--- Dataset excerpts Enclosed Below ---

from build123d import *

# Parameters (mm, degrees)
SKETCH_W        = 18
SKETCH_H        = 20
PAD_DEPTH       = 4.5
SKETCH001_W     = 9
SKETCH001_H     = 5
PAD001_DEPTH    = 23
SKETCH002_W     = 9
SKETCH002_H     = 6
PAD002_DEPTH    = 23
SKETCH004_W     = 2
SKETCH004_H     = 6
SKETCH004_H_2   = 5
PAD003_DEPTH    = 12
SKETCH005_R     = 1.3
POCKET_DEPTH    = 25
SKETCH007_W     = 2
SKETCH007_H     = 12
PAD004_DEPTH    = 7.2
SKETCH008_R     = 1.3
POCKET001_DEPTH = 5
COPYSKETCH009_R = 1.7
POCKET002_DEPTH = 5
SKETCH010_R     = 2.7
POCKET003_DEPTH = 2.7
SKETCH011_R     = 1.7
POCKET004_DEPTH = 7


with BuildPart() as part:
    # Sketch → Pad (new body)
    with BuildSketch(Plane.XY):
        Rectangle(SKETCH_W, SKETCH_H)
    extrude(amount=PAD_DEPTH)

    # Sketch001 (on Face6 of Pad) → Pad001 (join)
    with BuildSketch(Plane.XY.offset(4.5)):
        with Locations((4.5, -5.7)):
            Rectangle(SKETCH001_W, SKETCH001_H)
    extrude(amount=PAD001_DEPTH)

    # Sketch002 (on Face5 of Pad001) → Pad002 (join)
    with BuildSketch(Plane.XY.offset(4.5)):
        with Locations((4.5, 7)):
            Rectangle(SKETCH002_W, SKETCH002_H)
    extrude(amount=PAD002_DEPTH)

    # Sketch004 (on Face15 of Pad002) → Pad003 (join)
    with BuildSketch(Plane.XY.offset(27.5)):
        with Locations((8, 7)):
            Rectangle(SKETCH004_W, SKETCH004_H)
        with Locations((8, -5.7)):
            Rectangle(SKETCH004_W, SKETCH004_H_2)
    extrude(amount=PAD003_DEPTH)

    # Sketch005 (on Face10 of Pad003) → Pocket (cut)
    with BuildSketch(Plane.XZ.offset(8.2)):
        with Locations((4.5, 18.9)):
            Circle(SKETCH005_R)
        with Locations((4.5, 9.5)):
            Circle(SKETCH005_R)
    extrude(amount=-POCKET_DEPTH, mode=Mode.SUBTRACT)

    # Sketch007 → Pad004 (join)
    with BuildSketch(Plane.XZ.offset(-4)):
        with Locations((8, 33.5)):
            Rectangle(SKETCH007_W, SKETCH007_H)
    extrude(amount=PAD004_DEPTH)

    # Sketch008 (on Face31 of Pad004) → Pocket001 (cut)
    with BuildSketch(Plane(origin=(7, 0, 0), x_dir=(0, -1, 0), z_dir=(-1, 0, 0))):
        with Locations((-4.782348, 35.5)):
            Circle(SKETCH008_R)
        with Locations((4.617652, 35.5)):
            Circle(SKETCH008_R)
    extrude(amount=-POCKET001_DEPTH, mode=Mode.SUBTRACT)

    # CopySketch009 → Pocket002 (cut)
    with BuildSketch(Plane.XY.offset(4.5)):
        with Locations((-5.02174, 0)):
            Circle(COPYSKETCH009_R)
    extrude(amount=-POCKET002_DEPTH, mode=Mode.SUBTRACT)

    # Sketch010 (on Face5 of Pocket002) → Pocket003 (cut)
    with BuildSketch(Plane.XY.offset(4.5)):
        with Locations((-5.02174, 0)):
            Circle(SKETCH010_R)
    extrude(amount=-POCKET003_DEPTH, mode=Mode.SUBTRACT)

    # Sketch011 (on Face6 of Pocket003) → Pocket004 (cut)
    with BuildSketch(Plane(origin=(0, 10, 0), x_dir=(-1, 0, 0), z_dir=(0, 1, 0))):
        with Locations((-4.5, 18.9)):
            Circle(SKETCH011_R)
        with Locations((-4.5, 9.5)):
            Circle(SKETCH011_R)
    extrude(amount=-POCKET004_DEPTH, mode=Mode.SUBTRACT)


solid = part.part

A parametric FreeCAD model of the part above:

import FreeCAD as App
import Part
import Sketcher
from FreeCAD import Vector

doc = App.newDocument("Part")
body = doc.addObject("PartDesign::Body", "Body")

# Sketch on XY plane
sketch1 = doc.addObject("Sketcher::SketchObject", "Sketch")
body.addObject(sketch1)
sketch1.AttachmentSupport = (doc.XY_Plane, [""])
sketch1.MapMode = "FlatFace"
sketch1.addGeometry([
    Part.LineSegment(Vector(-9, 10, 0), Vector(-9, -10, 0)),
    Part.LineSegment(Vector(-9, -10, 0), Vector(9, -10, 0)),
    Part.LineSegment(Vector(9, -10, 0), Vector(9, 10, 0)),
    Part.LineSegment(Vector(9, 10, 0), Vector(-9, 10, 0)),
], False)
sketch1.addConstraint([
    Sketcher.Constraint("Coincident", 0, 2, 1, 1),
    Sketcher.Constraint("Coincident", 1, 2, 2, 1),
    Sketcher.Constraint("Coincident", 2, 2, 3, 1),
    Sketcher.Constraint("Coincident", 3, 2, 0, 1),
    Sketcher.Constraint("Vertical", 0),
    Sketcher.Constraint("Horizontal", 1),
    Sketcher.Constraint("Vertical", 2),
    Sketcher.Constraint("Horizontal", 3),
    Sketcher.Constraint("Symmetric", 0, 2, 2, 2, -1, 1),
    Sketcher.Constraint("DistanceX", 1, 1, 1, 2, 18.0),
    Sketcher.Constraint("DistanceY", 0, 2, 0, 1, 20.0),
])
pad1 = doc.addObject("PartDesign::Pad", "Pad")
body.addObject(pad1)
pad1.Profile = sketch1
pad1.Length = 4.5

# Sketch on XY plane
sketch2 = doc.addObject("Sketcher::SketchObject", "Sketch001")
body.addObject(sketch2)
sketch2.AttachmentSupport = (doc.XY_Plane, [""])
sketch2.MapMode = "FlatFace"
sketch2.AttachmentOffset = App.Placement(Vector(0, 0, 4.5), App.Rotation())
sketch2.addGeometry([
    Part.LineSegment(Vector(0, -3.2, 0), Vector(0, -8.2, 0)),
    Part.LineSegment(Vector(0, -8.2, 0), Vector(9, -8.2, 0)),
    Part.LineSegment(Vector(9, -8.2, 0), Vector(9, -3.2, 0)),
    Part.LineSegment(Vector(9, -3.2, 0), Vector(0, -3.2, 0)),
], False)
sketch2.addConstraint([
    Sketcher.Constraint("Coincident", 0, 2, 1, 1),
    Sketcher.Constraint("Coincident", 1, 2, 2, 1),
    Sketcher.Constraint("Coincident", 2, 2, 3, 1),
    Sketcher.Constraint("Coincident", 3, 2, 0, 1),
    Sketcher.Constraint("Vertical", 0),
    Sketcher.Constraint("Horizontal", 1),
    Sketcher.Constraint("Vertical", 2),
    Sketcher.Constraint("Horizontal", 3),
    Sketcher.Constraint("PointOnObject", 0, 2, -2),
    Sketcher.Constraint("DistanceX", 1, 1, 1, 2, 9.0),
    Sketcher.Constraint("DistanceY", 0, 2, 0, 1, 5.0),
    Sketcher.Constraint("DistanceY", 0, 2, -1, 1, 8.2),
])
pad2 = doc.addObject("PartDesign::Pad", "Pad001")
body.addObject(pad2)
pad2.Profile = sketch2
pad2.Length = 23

--- End of Enclosed Dataset excerpts ---
--- Dataset excerpts Enclosed Below ---

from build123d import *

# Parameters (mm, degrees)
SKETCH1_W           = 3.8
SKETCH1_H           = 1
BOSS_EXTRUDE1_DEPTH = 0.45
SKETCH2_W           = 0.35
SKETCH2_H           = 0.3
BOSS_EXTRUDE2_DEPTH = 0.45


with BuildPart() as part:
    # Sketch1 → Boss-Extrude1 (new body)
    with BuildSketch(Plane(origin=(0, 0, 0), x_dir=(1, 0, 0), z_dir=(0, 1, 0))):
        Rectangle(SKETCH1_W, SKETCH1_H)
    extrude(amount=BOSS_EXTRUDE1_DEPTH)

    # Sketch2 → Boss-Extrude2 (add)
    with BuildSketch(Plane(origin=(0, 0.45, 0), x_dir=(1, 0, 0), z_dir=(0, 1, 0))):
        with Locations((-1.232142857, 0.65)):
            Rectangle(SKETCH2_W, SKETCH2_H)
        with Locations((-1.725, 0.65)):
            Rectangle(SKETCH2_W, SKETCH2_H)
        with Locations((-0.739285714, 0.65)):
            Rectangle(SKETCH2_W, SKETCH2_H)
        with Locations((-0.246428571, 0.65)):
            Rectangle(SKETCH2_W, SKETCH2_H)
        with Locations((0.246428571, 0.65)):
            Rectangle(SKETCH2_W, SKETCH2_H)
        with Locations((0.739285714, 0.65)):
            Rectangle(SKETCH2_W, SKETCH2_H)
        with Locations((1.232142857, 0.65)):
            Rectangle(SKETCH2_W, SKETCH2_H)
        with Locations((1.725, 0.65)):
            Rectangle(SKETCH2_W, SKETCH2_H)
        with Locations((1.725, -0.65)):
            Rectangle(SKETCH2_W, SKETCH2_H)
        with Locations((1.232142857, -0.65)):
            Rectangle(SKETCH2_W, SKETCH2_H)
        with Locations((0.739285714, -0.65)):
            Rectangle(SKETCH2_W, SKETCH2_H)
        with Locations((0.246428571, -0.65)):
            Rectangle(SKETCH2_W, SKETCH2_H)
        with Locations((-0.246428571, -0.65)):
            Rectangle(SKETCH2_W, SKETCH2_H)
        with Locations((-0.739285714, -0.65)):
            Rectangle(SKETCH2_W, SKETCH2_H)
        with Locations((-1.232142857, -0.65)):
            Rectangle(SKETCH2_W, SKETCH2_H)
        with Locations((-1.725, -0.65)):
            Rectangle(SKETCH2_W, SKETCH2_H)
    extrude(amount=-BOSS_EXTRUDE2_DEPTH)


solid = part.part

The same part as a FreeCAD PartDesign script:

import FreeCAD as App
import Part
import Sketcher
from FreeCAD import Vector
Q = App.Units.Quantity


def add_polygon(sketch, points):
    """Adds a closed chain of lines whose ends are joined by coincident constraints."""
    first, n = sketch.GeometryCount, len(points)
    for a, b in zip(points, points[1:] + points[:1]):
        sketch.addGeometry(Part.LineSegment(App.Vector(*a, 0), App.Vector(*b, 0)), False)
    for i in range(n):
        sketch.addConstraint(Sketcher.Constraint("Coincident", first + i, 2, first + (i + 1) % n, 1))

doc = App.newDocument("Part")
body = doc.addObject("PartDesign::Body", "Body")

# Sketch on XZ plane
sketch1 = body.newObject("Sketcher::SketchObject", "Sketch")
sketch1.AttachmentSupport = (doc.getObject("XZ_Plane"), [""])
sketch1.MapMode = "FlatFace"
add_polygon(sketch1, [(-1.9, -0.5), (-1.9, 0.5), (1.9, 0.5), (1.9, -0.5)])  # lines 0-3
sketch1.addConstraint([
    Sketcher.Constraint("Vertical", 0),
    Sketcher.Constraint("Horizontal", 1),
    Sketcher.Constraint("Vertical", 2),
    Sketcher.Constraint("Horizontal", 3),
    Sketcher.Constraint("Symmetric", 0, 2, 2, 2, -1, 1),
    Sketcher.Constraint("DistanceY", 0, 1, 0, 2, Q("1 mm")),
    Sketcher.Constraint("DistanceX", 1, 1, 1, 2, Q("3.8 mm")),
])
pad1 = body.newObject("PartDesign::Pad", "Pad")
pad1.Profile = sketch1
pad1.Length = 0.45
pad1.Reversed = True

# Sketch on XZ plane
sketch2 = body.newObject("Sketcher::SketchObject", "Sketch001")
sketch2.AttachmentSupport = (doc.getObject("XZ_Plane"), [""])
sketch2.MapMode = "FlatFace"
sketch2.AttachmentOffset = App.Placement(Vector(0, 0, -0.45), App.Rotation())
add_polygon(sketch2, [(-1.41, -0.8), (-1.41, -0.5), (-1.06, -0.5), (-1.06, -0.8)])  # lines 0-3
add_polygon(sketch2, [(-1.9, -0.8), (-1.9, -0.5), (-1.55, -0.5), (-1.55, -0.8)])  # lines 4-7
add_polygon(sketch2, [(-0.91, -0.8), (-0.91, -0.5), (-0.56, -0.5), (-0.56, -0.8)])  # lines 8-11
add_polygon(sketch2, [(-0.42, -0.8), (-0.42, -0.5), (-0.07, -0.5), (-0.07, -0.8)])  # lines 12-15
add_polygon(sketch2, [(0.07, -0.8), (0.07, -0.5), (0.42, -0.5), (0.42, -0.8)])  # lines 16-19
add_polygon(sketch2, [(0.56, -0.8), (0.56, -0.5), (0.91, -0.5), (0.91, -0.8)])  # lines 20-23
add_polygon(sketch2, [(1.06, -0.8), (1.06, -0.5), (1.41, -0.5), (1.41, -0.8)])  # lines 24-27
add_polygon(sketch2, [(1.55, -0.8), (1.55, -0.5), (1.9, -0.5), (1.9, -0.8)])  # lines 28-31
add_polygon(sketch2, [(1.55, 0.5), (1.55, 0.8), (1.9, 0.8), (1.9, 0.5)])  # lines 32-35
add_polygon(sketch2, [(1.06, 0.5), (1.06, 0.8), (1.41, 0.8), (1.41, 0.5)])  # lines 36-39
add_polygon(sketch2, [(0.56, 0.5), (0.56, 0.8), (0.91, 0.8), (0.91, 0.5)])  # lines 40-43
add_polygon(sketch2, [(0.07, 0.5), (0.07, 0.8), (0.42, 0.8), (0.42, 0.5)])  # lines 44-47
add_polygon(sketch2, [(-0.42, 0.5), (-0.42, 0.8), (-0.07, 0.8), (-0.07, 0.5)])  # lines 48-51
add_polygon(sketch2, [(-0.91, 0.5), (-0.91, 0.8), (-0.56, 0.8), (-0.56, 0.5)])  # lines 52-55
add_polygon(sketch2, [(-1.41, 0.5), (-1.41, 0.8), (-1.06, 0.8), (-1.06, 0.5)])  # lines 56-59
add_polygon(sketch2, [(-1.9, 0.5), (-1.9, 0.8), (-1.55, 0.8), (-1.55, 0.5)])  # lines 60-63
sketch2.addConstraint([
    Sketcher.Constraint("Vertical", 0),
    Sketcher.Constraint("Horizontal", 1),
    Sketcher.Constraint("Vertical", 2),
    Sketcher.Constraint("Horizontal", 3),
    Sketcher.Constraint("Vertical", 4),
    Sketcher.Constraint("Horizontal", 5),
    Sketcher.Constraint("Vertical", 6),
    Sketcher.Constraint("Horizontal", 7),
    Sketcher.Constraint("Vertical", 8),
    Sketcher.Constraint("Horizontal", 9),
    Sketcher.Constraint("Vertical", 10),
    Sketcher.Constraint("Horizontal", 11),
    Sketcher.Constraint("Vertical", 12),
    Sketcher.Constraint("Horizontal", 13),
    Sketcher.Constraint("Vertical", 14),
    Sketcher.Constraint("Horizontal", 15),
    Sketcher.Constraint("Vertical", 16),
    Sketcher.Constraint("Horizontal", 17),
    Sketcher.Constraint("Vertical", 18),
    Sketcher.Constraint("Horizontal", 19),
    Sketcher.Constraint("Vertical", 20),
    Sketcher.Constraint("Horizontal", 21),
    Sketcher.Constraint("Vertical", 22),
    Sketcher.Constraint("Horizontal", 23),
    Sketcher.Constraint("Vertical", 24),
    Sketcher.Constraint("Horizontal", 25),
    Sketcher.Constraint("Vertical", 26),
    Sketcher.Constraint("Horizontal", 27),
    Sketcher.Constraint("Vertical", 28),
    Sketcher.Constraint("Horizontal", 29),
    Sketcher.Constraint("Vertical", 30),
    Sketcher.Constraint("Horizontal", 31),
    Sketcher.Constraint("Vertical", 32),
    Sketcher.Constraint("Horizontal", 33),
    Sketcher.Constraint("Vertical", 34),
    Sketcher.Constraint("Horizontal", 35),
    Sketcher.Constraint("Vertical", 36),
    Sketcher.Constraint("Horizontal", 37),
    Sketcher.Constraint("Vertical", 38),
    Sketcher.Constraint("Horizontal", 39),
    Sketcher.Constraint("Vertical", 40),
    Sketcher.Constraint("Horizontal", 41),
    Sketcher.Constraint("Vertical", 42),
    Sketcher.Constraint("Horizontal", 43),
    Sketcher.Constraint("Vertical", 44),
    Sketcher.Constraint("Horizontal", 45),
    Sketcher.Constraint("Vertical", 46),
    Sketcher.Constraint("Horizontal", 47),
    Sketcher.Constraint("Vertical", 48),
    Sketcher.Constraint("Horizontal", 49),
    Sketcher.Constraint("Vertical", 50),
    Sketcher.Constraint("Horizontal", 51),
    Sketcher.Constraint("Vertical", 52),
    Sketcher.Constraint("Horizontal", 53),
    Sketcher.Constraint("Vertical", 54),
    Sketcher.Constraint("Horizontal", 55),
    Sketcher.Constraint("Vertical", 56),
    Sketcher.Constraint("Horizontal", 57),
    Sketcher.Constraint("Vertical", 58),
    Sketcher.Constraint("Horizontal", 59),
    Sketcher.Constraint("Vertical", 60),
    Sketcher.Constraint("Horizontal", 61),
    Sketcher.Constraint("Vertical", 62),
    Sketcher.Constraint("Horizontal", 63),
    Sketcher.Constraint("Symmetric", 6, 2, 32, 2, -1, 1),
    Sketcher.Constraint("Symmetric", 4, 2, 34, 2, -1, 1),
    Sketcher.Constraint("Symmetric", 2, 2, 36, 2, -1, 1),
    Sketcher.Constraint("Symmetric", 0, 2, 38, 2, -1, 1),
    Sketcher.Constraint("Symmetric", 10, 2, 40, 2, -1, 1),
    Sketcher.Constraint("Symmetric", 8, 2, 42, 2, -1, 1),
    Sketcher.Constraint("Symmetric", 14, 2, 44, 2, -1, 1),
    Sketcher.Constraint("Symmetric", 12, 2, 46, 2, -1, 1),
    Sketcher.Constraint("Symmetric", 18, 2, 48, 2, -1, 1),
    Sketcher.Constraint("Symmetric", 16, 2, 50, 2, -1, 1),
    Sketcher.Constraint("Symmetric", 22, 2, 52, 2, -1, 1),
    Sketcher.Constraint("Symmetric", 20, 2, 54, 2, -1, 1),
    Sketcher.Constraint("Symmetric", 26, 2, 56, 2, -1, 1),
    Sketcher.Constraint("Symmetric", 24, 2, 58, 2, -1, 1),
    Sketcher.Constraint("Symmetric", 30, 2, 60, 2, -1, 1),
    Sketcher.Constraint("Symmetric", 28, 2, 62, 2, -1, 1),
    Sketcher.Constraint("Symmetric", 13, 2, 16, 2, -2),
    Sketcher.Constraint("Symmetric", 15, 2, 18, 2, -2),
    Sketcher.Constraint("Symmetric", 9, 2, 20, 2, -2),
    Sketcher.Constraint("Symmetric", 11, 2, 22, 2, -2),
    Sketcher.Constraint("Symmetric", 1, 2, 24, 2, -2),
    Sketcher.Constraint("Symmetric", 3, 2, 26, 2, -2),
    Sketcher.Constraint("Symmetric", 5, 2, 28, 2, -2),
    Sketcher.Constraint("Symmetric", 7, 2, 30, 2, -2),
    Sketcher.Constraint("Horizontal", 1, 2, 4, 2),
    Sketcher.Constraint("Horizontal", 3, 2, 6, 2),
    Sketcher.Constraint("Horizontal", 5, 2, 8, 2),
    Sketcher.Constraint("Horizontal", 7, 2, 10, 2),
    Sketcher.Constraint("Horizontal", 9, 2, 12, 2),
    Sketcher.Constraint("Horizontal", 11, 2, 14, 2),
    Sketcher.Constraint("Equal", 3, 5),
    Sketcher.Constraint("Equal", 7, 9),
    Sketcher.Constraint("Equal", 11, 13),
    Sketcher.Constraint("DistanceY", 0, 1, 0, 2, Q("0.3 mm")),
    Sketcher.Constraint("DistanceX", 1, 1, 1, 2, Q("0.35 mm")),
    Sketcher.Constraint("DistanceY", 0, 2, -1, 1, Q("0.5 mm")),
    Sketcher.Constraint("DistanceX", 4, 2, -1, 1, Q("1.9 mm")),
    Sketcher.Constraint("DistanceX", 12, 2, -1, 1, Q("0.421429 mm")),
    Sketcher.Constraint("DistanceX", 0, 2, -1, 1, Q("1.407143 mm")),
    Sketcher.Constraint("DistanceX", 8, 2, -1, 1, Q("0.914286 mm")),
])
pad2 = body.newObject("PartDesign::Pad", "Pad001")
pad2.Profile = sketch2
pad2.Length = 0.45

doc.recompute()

--- End of Enclosed Dataset excerpts ---
--- Dataset excerpts Enclosed Below ---

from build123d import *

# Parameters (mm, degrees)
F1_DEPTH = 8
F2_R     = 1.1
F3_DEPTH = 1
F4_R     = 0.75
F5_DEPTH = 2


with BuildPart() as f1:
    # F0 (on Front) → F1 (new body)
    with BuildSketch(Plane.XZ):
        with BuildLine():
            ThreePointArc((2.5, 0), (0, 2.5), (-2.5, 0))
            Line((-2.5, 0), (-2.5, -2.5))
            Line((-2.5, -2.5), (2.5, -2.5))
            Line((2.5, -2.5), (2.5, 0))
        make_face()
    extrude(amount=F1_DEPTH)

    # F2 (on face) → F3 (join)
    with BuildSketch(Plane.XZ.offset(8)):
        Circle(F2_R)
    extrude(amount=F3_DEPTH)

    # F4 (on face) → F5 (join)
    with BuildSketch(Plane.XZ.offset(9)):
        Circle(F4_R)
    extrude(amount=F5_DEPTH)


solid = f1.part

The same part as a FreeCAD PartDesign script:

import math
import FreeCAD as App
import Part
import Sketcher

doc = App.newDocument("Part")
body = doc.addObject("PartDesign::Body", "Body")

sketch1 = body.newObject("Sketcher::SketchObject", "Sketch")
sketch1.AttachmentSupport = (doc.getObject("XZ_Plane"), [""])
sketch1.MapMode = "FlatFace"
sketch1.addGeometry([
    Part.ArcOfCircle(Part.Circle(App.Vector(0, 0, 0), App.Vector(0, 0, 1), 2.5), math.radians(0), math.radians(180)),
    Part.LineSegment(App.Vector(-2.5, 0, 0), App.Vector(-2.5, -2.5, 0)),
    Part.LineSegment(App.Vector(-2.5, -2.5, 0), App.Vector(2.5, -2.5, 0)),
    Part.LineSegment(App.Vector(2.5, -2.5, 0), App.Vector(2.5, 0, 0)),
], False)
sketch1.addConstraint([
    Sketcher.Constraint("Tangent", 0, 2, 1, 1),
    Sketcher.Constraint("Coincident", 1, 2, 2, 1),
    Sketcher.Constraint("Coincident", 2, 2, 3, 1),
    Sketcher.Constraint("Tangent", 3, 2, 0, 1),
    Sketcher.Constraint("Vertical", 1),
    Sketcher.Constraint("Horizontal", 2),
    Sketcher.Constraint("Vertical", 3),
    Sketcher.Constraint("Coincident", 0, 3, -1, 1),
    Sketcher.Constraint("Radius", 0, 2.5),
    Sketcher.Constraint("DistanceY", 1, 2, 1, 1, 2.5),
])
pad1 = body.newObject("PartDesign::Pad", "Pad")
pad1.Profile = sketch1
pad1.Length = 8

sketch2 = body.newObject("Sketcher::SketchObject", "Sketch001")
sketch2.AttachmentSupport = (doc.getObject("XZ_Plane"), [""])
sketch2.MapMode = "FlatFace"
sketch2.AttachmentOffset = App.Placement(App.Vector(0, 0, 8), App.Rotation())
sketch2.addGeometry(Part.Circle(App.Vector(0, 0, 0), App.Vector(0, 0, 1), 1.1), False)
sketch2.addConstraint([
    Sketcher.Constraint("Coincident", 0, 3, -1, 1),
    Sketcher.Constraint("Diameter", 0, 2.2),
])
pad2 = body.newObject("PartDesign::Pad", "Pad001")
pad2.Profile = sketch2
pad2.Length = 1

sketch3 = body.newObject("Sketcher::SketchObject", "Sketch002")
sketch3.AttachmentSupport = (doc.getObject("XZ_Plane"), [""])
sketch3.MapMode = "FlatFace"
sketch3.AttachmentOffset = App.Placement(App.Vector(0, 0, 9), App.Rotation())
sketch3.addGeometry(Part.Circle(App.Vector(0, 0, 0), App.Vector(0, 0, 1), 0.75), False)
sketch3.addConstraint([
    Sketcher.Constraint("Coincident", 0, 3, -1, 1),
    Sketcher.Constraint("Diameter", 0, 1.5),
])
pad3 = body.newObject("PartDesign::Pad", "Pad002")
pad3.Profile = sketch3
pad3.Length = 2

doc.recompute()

--- End of Enclosed Dataset excerpts ---

What is needed =>
Could you return exactly the stretch of the data above that starts at the line with "F1_DEPTH = 8" and ends at the line with "extrude(amount=F1_DEPTH)", both lines included?

Solution =>
F1_DEPTH = 8
F2_R     = 1.1
F3_DEPTH = 1
F4_R     = 0.75
F5_DEPTH = 2


with BuildPart() as f1:
    # F0 (on Front) → F1 (new body)
    with BuildSketch(Plane.XZ):
        with BuildLine():
            ThreePointArc((2.5, 0), (0, 2.5), (-2.5, 0))
            Line((-2.5, 0), (-2.5, -2.5))
            Line((-2.5, -2.5), (2.5, -2.5))
            Line((2.5, -2.5), (2.5, 0))
        make_face()
    extrude(amount=F1_DEPTH)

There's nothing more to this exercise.